▶ **REQUIRED ACTION**: Go to the line in the entries below that holds "#158=DIRECTION('',(0.,0.,-1.));" and repeat exactly from there through the line that holds "#209=ORIENTED_EDGE('',*,*,#28,.T.);", inclusive.
[Start of Attachment]
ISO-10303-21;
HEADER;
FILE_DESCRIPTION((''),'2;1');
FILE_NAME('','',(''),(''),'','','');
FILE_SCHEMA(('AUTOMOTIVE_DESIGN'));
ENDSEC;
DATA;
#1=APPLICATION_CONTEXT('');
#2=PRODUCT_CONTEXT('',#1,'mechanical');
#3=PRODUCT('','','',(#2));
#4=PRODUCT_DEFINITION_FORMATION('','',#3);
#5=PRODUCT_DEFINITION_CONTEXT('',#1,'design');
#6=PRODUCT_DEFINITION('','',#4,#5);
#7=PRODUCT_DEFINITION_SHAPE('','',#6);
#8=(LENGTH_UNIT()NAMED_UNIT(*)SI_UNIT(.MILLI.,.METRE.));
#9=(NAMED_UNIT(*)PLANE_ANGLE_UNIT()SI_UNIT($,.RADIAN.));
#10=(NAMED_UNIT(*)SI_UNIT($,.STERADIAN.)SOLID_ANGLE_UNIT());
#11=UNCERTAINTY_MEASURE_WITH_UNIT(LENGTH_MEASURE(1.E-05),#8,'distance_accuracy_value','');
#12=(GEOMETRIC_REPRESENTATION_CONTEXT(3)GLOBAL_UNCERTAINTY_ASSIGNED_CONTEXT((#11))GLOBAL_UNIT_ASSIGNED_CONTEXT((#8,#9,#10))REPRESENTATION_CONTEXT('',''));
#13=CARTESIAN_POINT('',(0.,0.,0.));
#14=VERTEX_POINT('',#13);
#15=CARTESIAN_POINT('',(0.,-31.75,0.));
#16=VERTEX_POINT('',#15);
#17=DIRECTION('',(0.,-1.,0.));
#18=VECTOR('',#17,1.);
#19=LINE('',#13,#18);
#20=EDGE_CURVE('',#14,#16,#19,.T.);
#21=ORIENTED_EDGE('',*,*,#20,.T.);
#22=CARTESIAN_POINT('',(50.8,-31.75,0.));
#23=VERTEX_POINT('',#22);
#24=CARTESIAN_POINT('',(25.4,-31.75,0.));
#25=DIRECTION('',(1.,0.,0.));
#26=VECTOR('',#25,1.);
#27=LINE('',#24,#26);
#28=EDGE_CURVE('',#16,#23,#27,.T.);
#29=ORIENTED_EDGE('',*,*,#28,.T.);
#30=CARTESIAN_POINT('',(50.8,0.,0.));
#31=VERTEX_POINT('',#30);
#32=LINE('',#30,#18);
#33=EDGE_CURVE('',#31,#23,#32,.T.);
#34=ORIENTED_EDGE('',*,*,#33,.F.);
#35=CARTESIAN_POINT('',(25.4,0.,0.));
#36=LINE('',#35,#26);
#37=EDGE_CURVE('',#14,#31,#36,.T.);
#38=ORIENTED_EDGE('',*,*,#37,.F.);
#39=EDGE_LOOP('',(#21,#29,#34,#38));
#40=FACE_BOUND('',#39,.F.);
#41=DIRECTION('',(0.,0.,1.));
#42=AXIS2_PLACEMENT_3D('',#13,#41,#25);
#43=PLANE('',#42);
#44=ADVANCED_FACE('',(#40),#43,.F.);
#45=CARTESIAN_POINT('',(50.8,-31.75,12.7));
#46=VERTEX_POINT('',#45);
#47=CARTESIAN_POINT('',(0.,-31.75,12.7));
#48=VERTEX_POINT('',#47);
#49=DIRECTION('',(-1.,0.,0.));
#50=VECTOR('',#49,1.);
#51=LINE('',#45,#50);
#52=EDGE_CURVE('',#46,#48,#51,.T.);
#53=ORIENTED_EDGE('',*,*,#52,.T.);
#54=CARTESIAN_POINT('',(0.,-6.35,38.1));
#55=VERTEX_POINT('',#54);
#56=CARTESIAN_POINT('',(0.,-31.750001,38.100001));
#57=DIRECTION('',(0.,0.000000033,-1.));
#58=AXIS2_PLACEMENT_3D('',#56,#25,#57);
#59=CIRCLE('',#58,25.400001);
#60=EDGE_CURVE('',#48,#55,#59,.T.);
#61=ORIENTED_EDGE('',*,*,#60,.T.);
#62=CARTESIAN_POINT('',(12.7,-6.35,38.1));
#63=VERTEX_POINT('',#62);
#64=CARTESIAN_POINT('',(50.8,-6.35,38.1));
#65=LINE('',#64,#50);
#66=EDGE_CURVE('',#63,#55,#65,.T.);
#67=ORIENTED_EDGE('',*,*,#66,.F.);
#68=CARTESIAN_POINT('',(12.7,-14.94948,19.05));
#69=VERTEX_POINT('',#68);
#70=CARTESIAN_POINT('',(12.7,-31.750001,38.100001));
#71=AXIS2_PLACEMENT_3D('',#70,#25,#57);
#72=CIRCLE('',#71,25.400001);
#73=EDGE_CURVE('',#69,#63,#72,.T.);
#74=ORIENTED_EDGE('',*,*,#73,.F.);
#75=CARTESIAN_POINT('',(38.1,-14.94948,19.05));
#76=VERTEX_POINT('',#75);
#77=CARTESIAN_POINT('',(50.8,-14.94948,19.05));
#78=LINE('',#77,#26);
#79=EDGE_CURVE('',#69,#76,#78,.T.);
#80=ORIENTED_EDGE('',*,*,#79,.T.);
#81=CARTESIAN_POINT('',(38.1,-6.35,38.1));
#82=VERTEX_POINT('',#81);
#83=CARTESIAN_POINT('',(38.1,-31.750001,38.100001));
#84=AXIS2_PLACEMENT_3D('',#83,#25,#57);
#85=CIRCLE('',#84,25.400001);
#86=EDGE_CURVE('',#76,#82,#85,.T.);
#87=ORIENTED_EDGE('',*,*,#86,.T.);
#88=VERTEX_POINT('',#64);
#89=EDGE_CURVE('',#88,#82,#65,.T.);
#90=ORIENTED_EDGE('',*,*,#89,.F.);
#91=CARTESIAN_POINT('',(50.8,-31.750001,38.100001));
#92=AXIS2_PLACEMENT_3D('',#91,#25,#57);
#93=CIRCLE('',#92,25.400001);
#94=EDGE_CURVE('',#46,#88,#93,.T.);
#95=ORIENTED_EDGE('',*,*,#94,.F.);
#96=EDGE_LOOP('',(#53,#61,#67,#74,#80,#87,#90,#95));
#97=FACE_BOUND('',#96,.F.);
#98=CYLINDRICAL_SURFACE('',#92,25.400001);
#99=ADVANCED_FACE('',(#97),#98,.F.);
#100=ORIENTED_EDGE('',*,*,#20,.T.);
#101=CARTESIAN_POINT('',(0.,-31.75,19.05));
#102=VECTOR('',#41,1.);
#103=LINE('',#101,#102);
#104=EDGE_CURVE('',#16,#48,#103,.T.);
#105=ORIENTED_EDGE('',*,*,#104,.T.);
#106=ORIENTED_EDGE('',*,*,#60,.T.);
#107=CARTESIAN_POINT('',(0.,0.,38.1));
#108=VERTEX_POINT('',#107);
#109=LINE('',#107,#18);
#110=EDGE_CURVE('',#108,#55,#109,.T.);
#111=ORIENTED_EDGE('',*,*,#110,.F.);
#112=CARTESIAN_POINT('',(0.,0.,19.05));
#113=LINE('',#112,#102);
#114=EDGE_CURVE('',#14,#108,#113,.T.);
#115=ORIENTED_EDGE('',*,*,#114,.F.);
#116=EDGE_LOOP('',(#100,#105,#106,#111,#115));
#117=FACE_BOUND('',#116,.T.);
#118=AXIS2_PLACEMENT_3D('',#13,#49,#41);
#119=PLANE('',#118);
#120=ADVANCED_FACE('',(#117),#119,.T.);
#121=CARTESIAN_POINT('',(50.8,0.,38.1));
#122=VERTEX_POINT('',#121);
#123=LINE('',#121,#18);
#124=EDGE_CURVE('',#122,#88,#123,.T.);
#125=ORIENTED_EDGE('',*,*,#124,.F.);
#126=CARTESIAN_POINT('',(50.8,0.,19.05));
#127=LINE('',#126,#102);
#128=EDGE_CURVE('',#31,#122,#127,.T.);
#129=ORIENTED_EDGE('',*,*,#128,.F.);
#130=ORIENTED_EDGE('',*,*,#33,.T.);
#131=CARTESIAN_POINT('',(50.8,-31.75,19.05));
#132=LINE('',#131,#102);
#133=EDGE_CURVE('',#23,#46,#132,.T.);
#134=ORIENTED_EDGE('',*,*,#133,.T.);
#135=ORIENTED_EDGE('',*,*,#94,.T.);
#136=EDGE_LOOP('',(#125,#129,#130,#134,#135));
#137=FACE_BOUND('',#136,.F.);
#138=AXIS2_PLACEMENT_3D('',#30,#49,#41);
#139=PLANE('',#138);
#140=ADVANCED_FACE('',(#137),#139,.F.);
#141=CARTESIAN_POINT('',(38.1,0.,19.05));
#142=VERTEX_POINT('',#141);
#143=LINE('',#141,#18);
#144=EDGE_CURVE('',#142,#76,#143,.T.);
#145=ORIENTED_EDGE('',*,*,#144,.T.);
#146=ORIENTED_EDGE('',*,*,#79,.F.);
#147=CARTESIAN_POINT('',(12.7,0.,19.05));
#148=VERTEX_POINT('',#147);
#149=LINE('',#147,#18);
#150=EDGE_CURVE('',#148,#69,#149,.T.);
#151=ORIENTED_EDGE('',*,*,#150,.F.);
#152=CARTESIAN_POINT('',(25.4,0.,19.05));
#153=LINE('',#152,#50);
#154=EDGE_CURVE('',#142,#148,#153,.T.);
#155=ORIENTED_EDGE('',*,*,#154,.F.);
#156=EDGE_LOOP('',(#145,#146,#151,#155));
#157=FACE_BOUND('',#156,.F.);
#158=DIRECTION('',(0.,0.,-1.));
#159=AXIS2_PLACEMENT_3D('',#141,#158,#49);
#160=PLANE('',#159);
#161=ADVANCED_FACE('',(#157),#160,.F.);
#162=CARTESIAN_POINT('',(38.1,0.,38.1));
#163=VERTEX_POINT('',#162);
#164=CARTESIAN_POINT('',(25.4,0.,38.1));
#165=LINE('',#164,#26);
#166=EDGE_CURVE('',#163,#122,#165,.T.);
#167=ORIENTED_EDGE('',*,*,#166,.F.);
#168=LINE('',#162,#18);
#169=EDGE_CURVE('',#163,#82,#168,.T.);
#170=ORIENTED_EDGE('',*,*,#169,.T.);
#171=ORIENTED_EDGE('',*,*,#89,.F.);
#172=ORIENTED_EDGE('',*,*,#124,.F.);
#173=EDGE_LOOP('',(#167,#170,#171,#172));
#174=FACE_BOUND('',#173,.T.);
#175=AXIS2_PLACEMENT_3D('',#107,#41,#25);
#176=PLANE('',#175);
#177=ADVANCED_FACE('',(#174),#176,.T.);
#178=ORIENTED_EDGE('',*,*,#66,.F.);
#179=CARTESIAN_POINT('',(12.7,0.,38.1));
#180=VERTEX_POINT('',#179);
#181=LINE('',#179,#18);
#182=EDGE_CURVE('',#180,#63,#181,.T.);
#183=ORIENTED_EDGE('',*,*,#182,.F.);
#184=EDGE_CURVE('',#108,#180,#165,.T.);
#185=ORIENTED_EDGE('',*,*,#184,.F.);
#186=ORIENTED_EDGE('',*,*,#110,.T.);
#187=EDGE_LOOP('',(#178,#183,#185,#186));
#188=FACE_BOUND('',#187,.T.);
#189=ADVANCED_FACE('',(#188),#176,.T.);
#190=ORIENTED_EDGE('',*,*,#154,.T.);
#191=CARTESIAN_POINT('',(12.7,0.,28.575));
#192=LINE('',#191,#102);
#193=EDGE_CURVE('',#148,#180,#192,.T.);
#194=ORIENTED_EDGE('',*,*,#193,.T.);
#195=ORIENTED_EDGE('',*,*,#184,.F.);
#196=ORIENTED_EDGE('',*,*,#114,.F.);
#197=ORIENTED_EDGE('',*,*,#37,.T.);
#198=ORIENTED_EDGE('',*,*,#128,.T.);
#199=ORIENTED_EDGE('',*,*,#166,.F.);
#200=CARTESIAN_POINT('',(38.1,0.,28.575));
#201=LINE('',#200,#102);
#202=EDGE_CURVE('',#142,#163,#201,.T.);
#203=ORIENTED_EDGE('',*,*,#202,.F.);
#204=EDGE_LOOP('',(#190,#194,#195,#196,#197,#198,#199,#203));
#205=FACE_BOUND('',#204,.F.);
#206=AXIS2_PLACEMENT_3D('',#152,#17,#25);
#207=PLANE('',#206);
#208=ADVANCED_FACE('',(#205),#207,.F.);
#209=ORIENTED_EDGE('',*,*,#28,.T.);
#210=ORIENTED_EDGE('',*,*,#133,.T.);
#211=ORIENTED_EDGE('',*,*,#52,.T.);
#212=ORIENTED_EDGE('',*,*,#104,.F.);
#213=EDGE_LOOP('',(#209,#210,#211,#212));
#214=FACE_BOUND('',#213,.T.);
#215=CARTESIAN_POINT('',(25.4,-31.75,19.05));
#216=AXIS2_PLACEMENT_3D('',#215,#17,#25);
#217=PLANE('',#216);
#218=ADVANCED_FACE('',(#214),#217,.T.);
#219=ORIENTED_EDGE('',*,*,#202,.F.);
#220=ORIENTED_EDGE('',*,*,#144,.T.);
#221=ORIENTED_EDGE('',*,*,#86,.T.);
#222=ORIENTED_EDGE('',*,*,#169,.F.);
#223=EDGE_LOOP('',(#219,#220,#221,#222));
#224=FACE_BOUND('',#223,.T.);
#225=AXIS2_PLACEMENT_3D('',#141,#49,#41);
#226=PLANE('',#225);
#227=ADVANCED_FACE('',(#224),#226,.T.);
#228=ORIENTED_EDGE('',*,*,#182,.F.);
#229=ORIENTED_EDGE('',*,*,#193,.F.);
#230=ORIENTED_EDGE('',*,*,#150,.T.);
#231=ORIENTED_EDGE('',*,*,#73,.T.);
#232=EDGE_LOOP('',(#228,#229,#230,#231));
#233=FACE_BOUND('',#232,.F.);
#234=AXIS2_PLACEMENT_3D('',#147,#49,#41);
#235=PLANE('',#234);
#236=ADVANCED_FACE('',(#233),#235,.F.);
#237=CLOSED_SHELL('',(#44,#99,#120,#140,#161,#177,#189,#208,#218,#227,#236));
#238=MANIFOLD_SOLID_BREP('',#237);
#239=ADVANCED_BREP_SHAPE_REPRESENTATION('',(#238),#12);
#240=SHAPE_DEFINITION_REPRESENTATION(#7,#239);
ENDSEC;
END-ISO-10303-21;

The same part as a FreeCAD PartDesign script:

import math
import FreeCAD as App
import Part
import Sketcher
Q = App.Units.Quantity

doc = App.newDocument("Part")
params = doc.addObject("Spreadsheet::Sheet", "Params")
for row, (alias, value) in enumerate([
    ("sketch1_width", "2 in"),
    ("sketch1_height", "1.5 in"),
    ("pad1_length", "1.25 in"),
    ("sketch2_radius", "1 in"),
    ("pocket1_length", "2 in"),
    ("sketch3_width", "1 in"),
    ("sketch3_height", "0.75 in"),
    ("pocket2_length", "0.75 in"),
], start=1):
    params.set(f"A{row}", alias)
    params.set(f"B{row}", "=" + value)
    params.setAlias(f"B{row}", alias)

body = doc.addObject("PartDesign::Body", "Body")

sketch1 = body.newObject("Sketcher::SketchObject", "Sketch")
sketch1.AttachmentSupport = (doc.getObject("XZ_Plane"), [""])
sketch1.MapMode = "FlatFace"
sketch1.addGeometry([
    Part.LineSegment(App.Vector(0, 38.1, 0), App.Vector(0, 0, 0)),
    Part.LineSegment(App.Vector(0, 0, 0), App.Vector(50.8, 0, 0)),
    Part.LineSegment(App.Vector(50.8, 0, 0), App.Vector(50.8, 38.1, 0)),
    Part.LineSegment(App.Vector(50.8, 38.1, 0), App.Vector(0, 38.1, 0)),
], False)
sketch1.addConstraint([
    Sketcher.Constraint("Coincident", 0, 2, 1, 1),
    Sketcher.Constraint("Coincident", 1, 2, 2, 1),
    Sketcher.Constraint("Coincident", 2, 2, 3, 1),
    Sketcher.Constraint("Coincident", 3, 2, 0, 1),
    Sketcher.Constraint("Vertical", 0),
    Sketcher.Constraint("Horizontal", 1),
    Sketcher.Constraint("Vertical", 2),
    Sketcher.Constraint("Horizontal", 3),
    Sketcher.Constraint("Coincident", 0, 2, -1, 1),
    Sketcher.Constraint("DistanceX", 1, 1, 1, 2, Q("2 in")),
    Sketcher.Constraint("DistanceY", 0, 2, 0, 1, Q("1.5 in")),
])
sketch1.setExpression("Constraints[9]", "Params.sketch1_width")
sketch1.setExpression("Constraints[10]", "Params.sketch1_height")
pad1 = body.newObject("PartDesign::Pad", "Pad")
pad1.Profile = sketch1
pad1.setExpression("Length", "Params.pad1_length")

sketch2 = body.newObject("Sketcher::SketchObject", "Sketch001")
sketch2.AttachmentSupport = (doc.getObject("YZ_Plane"), [""])
sketch2.MapMode = "FlatFace"
sketch2.AttachmentOffset = App.Placement(App.Vector(0, 0, 2 * 25.4), App.Rotation())
sketch2.addGeometry([
    Part.ArcOfCircle(Part.Circle(App.Vector(-31.750001, 38.100001, 0), App.Vector(0, 0, 1), 25.400001), math.radians(-89.999998), math.radians(-0.000002)),
    Part.ArcOfCircle(Part.Circle(App.Vector(-31.75, 38.1, 0), App.Vector(0, 0, 1), 25.4), math.radians(0), math.radians(270)),
], False)
sketch2.addConstraint([
    Sketcher.Constraint("Tangent", 0, 1, 1, 2),
    Sketcher.Constraint("Coincident", 1, 1, 0, 2),
    Sketcher.Constraint("Horizontal", 0, 3, 1, 1),
    Sketcher.Constraint("Vertical", 1, 3, 0, 1),
    Sketcher.Constraint("Radius", 0, Q("1 in")),
    Sketcher.Constraint("DistanceY", -1, 1, 0, 3, Q("1.5 in")),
[End of Attachment]
▶ **THE ANSWER**:
#158=DIRECTION('',(0.,0.,-1.));
#159=AXIS2_PLACEMENT_3D('',#141,#158,#49);
#160=PLANE('',#159);
#161=ADVANCED_FACE('',(#157),#160,.F.);
#162=CARTESIAN_POINT('',(38.1,0.,38.1));
#163=VERTEX_POINT('',#162);
#164=CARTESIAN_POINT('',(25.4,0.,38.1));
#165=LINE('',#164,#26);
#166=EDGE_CURVE('',#163,#122,#165,.T.);
#167=ORIENTED_EDGE('',*,*,#166,.F.);
#168=LINE('',#162,#18);
#169=EDGE_CURVE('',#163,#82,#168,.T.);
#170=ORIENTED_EDGE('',*,*,#169,.T.);
#171=ORIENTED_EDGE('',*,*,#89,.F.);
#172=ORIENTED_EDGE('',*,*,#124,.F.);
#173=EDGE_LOOP('',(#167,#170,#171,#172));
#174=FACE_BOUND('',#173,.T.);
#175=AXIS2_PLACEMENT_3D('',#107,#41,#25);
#176=PLANE('',#175);
#177=ADVANCED_FACE('',(#174),#176,.T.);
#178=ORIENTED_EDGE('',*,*,#66,.F.);
#179=CARTESIAN_POINT('',(12.7,0.,38.1));
#180=VERTEX_POINT('',#179);
#181=LINE('',#179,#18);
#182=EDGE_CURVE('',#180,#63,#181,.T.);
#183=ORIENTED_EDGE('',*,*,#182,.F.);
#184=EDGE_CURVE('',#108,#180,#165,.T.);
#185=ORIENTED_EDGE('',*,*,#184,.F.);
#186=ORIENTED_EDGE('',*,*,#110,.T.);
#187=EDGE_LOOP('',(#178,#183,#185,#186));
#188=FACE_BOUND('',#187,.T.);
#189=ADVANCED_FACE('',(#188),#176,.T.);
#190=ORIENTED_EDGE('',*,*,#154,.T.);
#191=CARTESIAN_POINT('',(12.7,0.,28.575));
#192=LINE('',#191,#102);
#193=EDGE_CURVE('',#148,#180,#192,.T.);
#194=ORIENTED_EDGE('',*,*,#193,.T.);
#195=ORIENTED_EDGE('',*,*,#184,.F.);
#196=ORIENTED_EDGE('',*,*,#114,.F.);
#197=ORIENTED_EDGE('',*,*,#37,.T.);
#198=ORIENTED_EDGE('',*,*,#128,.T.);
#199=ORIENTED_EDGE('',*,*,#166,.F.);
#200=CARTESIAN_POINT('',(38.1,0.,28.575));
#201=LINE('',#200,#102);
#202=EDGE_CURVE('',#142,#163,#201,.T.);
#203=ORIENTED_EDGE('',*,*,#202,.F.);
#204=EDGE_LOOP('',(#190,#194,#195,#196,#197,#198,#199,#203));
#205=FACE_BOUND('',#204,.F.);
#206=AXIS2_PLACEMENT_3D('',#152,#17,#25);
#207=PLANE('',#206);
#208=ADVANCED_FACE('',(#205),#207,.F.);
#209=ORIENTED_EDGE('',*,*,#28,.T.);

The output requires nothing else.